Fortunately, The Mitchells vs. the Machines further reinforces what 2018’s Spider-Man: Into the Spider-Verse already clearly demonstrated: producers Phil Lord & Chris Miller have restored that missing element. This family film (a label that applies to both its inoffensive content and its richly resonant themes) eschews any pretense of “realism” altogether, instead embracing hyper-stylized visuals that evoke the classic "Merry Melodies" created by such masters as Chuck Jones, Tex Avery, and Friz Freleng. The backgrounds, for example, frequently resemble rough watercolor renderings, with the “paint” bleeding outside of the sketchy linework. The character designs are equally exaggerated, featuring large eyes and lanky limbs that perfectly suit their rubbery, energetic movements.

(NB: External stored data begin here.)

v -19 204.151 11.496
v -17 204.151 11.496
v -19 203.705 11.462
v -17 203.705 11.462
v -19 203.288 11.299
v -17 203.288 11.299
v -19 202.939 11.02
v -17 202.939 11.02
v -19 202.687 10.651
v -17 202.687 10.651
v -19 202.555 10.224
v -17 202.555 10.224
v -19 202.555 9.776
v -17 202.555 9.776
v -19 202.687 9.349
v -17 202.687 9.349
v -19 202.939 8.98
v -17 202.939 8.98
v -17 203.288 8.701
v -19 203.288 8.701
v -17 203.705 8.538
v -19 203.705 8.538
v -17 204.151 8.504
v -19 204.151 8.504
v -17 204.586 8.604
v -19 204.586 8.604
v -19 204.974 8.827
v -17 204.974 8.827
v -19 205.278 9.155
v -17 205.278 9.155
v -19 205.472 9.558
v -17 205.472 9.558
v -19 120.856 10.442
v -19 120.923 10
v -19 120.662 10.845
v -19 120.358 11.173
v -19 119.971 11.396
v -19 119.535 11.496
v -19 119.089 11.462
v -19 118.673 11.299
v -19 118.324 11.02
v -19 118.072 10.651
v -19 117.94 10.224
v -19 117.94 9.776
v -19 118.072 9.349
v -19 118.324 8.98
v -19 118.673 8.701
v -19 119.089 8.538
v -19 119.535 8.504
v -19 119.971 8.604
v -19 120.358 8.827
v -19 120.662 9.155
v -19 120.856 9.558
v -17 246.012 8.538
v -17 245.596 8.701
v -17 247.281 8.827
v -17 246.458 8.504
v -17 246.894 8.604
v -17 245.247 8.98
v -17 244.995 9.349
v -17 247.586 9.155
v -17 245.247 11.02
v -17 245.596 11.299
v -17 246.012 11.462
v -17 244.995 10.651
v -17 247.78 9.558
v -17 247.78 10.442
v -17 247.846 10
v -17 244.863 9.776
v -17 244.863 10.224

Paradoxically (albeit unsurprisingly if you’re even remotely familiar with the industry), these “unrealistic” aesthetic flourishes only serve to make our heroes more expressive and emotionally authentic. CGI is a useful tool, but it is often poorly implemented, resulting in stiff, static, boring animation. Lord, Miller, and their numerous collaborators (including Mike Rianda, Peter Ramsey, Joaquim Dos Santos, and way too many others to list here) are among the few voices currently utilizing the medium to its full potential; thus, their movies are vibrant, kinetic, innovative, inspiring, and effortlessly entertaining.